Presumably that's another company. But you never know, it might be just another front for the same company, or a related company. In any case, note the S&H that they're adding on.

Sorry, just being cynical today.


----------



## coolbotz

*This is the vent motor I use.*

I use this vent motor. It has a control line for forward/reverse/stop. It also has analog feedback on 130 degrees of rotation (ala servo). I modify them for continuous rotation. Cost like $5 apiece. part # 16163982. These actuators need +12v, +5v, ground, and control signal is 5v(CW) or 0v(CCW) with 2.5v stopping unit. Feedback is 0 to 5v from wiper on potentiometer. I can't find mating connector though.


----------



## DarkLore

Frighteners Entertainment said:


> that's a great price, so I don't need to look.


That Amazon price isn't a good price at all. We used to get these for less than $4 each.


----------



## Death Wraith

Coolbotz: can you hook us up with a link or maybe a how-to on using that motor? Looks promising.


----------



## mroct31

pshort said:


> Presumably that's another company. But you never know, it might be just another front for the same company, or a related company. In any case, note the S&H that they're adding on.
> 
> Sorry, just being cynical today.


Don't kid yourself Burden Sales had just about the same shipping if my memory serves so yeah the motor itself is a few more dollars but shipping didn't change much.

Don't know about the Amazon ones but the ones at Sciplus, the key is to buy more as the shipping tops out at I think $15.95 once you hit a particular dollar amount in sales just like it did with surplus center. The more you buy the less the overall price per unit will be. These are ripe for a group buy!


----------



## HomeyDaClown

That looks like an *AC Delco 15-73620* *Mode Control Cam Actuator*.

For $5.00? Where at?

Any hookup data for the control line?



coolbotz said:


> I use this vent motor. It has a control line for forward/reverse/stop. It also has analog feedback on 130 degrees of rotation (ala servo). I modify them for continuous rotation. Cost like 5$ apiece.


----------



## mroct31

Was just looking these up today and don't see them anywhere at the moment. Wonder if they're gone for good now?


----------



## RoxyBlue

Psyko found this source - says 5RPM but it looks exactly like the 4RPM motors:

http://www.allelectronics.com/make-a-store/item/DCM-276/5-RPM-GEAR-MOTOR-12VDC/1.html


----------



## RoxyBlue

I've checked eBay and they are being sold as black vent motors or flying crank ghost motors with a Buy It Now price of either $15 (or starting bid of $13.50) or $50 (starting bid of $45) by the same individual.


----------



## coolbotz

$15 for 3 or $50 for 10. + shipping looks like


----------



## Spooky1

Found another site that has them at $12 each.

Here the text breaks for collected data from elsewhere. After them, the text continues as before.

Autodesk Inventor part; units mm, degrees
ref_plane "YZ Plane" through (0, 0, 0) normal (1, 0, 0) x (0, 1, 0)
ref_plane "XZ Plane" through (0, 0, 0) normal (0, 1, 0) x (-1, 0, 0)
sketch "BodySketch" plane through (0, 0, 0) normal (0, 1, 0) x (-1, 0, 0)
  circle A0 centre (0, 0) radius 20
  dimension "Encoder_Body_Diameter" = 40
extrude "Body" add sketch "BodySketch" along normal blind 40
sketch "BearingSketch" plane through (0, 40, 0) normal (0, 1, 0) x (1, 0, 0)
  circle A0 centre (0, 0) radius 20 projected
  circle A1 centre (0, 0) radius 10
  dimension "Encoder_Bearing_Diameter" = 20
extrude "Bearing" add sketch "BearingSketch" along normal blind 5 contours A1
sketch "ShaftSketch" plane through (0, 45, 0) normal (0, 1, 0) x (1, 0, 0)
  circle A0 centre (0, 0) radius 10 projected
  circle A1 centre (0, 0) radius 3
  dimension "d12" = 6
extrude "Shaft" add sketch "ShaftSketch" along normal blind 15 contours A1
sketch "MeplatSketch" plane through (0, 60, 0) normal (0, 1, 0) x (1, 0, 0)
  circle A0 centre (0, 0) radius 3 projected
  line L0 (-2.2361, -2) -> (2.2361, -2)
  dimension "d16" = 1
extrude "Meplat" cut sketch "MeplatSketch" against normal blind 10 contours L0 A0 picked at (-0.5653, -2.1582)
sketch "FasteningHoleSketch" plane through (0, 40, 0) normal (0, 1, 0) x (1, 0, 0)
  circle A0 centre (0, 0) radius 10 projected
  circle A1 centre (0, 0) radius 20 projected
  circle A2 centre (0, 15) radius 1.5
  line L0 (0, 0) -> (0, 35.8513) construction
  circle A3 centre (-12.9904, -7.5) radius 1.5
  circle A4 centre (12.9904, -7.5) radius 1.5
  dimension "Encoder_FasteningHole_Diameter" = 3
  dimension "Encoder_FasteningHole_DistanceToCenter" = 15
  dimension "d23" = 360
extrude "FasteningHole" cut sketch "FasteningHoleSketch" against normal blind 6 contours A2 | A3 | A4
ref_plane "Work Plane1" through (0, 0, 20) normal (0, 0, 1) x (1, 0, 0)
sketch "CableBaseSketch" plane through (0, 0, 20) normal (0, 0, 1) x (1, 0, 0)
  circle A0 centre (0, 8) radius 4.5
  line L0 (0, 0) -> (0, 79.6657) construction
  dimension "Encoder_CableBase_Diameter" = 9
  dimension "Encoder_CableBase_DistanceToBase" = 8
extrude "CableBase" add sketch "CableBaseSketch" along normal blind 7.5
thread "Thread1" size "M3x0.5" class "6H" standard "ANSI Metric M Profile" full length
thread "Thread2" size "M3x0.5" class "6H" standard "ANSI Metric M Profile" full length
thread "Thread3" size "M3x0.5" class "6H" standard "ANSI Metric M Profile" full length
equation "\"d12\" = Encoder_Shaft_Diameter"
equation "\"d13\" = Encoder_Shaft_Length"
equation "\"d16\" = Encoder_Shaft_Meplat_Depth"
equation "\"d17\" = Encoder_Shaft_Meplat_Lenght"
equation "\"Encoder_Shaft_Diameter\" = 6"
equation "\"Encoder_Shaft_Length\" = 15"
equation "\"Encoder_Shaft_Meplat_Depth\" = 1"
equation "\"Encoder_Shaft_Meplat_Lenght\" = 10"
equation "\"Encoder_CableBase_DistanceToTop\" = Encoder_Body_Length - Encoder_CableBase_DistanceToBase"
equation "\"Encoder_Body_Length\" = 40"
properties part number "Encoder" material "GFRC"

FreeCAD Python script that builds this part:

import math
import FreeCAD as App
import Part
import Sketcher
from FreeCAD import Vector
Q = App.Units.Quantity

doc = App.newDocument("Part")
params = doc.addObject("Spreadsheet::Sheet", "Params")
for row, (alias, value) in enumerate([
    ("sketch1_diameter", "40 mm"),
    ("pad1_length", "40 mm"),
    ("sketch2_diameter", "20 mm"),
    ("pad2_length", "5 mm"),
    ("sketch3_diameter", "6 mm"),
    ("pad3_length", "15 mm"),
    ("sketch4_radius", "3 mm"),
    ("pocket1_length", "10 mm"),
    ("sketch5_diameter", "3 mm"),
    ("pocket2_length", "6 mm"),
    ("sketch6_diameter", "9 mm"),
    ("pad4_length", "7.5 mm"),
], start=1):
    params.set(f"A{row}", alias)
    params.set(f"B{row}", "=" + value)
    params.setAlias(f"B{row}", alias)

body = doc.addObject("PartDesign::Body", "Body")
body.AllowCompound = True

# Sketch on XZ plane
sketch1 = doc.addObject("Sketcher::SketchObject", "Sketch")
body.addObject(sketch1)
sketch1.AttachmentSupport = (doc.XZ_Plane, [""])
sketch1.MapMode = "FlatFace"
sketch1.addGeometry(Part.Circle(Vector(0, 0, 0), Vector(0, 0, 1), 20), False)
sketch1.addConstraint([
    Sketcher.Constraint("Coincident", 0, 3, -1, 1),
    Sketcher.Constraint("Diameter", 0, Q("40 mm")),
])
sketch1.setExpression("Constraints[1]", "Params.sketch1_diameter")
pad1 = doc.addObject("PartDesign::Pad", "Pad")
body.addObject(pad1)
pad1.Profile = sketch1
pad1.setExpression("Length", "Params.pad1_length")
pad1.Reversed = True

# Sketch on XZ plane
sketch2 = doc.addObject("Sketcher::SketchObject", "Sketch001")
body.addObject(sketch2)
sketch2.AttachmentSupport = (doc.XZ_Plane, [""])
sketch2.MapMode = "FlatFace"
sketch2.AttachmentOffset = App.Placement(Vector(0, 0, -40), App.Rotation())
sketch2.addGeometry(Part.Circle(Vector(0, 0, 0), Vector(0, 0, 1), 10), False)
sketch2.addConstraint([
    Sketcher.Constraint("Coincident", 0, 3, -1, 1),
    Sketcher.Constraint("Diameter", 0, Q("20 mm")),
])
sketch2.setExpression("Constraints[1]", "Params.sketch2_diameter")
pad2 = doc.addObject("PartDesign::Pad", "Pad001")
body.addObject(pad2)
pad2.Profile = sketch2
pad2.setExpression("Length", "Params.pad2_length")
pad2.Reversed = True

# Sketch on XZ plane
sketch3 = doc.addObject("Sketcher::SketchObject", "Sketch002")
body.addObject(sketch3)
sketch3.AttachmentSupport = (doc.XZ_Plane, [""])
sketch3.MapMode = "FlatFace"
sketch3.AttachmentOffset = App.Placement(Vector(0, 0, -45), App.Rotation())
sketch3.addGeometry(Part.Circle(Vector(0, 0, 0), Vector(0, 0, 1), 3), False)
sketch3.addConstraint([
    Sketcher.Constraint("Coincident", 0, 3, -1, 1),
    Sketcher.Constraint("Diameter", 0, Q("6 mm")),
])
sketch3.setExpression("Constraints[1]", "Params.sketch3_diameter")
pad3 = doc.addObject("PartDesign::Pad", "Pad002")
body.addObject(pad3)
pad3.Profile = sketch3
pad3.setExpression("Length", "Params.pad3_length")
pad3.Reversed = True

# Sketch on XZ plane
sketch4 = doc.addObject("Sketcher::SketchObject", "Sketch003")
body.addObject(sketch4)
sketch4.AttachmentSupport = (doc.XZ_Plane, [""])
sketch4.MapMode = "FlatFace"
sketch4.AttachmentOffset = App.Placement(Vector(0, 0, -60), App.Rotation())
sketch4.addGeometry([
    Part.LineSegment(Vector(2.2, 2, 0), Vector(-2.2, 2, 0)),
    Part.ArcOfCircle(Part.Circle(Vector(0, 0, 0), Vector(0, 0, 1), 3), math.radians(42), math.radians(138)),
], False)
sketch4.addConstraint([
    Sketcher.Constraint("Coincident", 0, 1, 1, 1),
    Sketcher.Constraint("Coincident", 1, 2, 0, 2),
    Sketcher.Constraint("Horizontal", 0),
    Sketcher.Constraint("Coincident", 1, 3, -1, 1),
    Sketcher.Constraint("Radius", 1, Q("3 mm")),
    Sketcher.Constraint("DistanceY", -1, 1, 0, 1, Q("2 mm")),
])
sketch4.setExpression("Constraints[4]", "Params.sketch4_radius")
pocket1 = doc.addObject("PartDesign::Pocket", "Pocket")
body.addObject(pocket1)
pocket1.Profile = sketch4
pocket1.setExpression("Length", "Params.pocket1_length")
pocket1.Reversed = True

# Sketch on XZ plane
sketch5 = doc.addObject("Sketcher::SketchObject", "Sketch004")
body.addObject(sketch5)
sketch5.AttachmentSupport = (doc.XZ_Plane, [""])
sketch5.MapMode = "FlatFace"
sketch5.AttachmentOffset = App.Placement(Vector(0, 0, -40), App.Rotation())
sketch5.addGeometry([
    Part.Circle(Vector(0, -15, 0), Vector(0, 0, 1), 1.5),
    Part.Circle(Vector(-13, 7.5, 0), Vector(0, 0, 1), 1.5),
    Part.Circle(Vector(13, 7.5, 0), Vector(0, 0, 1), 1.5),
], False)
sketch5.addConstraint([
    Sketcher.Constraint("Equal", 0, 1),
    Sketcher.Constraint("Equal", 1, 2),
    Sketcher.Constraint("Symmetric", 1, 3, 2, 3, -2),
    Sketcher.Constraint("PointOnObject", 0, 3, -2),
    Sketcher.Constraint("Diameter", 0, Q("3 mm")),
    Sketcher.Constraint("DistanceY", 0, 3, -1, 1, Q("15 mm")),
    Sketcher.Constraint("DistanceY", -1, 1, 1, 3, Q("7.5 mm")),
    Sketcher.Constraint("DistanceX", 1, 3, -1, 1, Q("12.9904 mm")),
])
sketch5.setExpression("Constraints[4]", "Params.sketch5_diameter")
pocket2 = doc.addObject("PartDesign::Pocket", "Pocket001")
body.addObject(pocket2)
pocket2.Profile = sketch5
pocket2.setExpression("Length", "Params.pocket2_length")
pocket2.Reversed = True

# Sketch on XY plane
sketch6 = doc.addObject("Sketcher::SketchObject", "Sketch005")
body.addObject(sketch6)
sketch6.AttachmentSupport = (doc.XY_Plane, [""])
sketch6.MapMode = "FlatFace"
sketch6.AttachmentOffset = App.Placement(Vector(0, 0, 20), App.Rotation())
sketch6.addGeometry(Part.Circle(Vector(0, 8, 0), Vector(0, 0, 1), 4.5), False)
sketch6.addConstraint([
    Sketcher.Constraint("PointOnObject", 0, 3, -2),
    Sketcher.Constraint("Diameter", 0, Q("9 mm")),
    Sketcher.Constraint("DistanceY", -1, 1, 0, 3, Q("8 mm")),
])
sketch6.setExpression("Constraints[1]", "Params.sketch6_diameter")
pad4 = doc.addObject("PartDesign::Pad", "Pad003")
body.addObject(pad4)
pad4.Profile = sketch6
pad4.setExpression("Length", "Params.pad4_length")

doc.recompute()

http://www.3rivers.net/~cmac/cmac17.htm


----------



## Jacksonville Haunter

*12vdc 4rpm Motor*

*This is regarding the 12vdc 4rpm prop motor that just got hard to find. I had taken one of the popular prop motor too 3 local auto parts stores looking for a local source with no luck. All I knew about the part was that it was from some car, the people at the store tried to find it based on code numbers on the sides of the motor but no luck there. If we knew function of the motor and the make model and year of the car or truck the motor is used in we might be able to buy these at any local parts store in the USA. If only I knew a few thousand haunters to run this by.*
*I'll start, I have read people call it a vent motor.*


----------



## hedg12

They were originally used as an air conditioner vent actuator in some Chrysler and GM models from the mid 80's to the mid 90's. From what I've seen, the price from dealer parts departments and auto parts houses is prohibitive - $25 to $35 range.


----------



## HomeyDaClown

At this point it would be hard to find one at a reasonable price unless you want to buy many cases of 54 each. It might be better to switch to another type at this point. Auto parts suppliers want big dollars for OEM vent motors in general.


----------



## GRP

I have 3 of these motor. What I don't have is the cable to to run them. Does anyone know where I might get the cables to hook to the motor to run them?


----------



## fritz42_male

I've got a pack of 3 possible alternatives on order from Coolbotz - I'll report back when I get them.


----------



## hedg12

I use these connectors from Parts Express. I wrap them with electrical tape to make sure they don't short against each other.

Somewhere on here there's a post about someone (Jaybo?) cutting the end off an ATX motherboard connector & grinding it down to fit.

Edit: It was Daveinthegrave that came up with the mobo connector hack - but Jaybo posted it here.


----------



## RoxyBlue

GRP said:


> I have 3 of these motor. What I don't have is the cable to to run them. Does anyone know where I might get the cables to hook to the motor to run them?


This might help you if you have a spare computer power supply handy:

http://www.hauntforum.com/showthread.php?t=23705


----------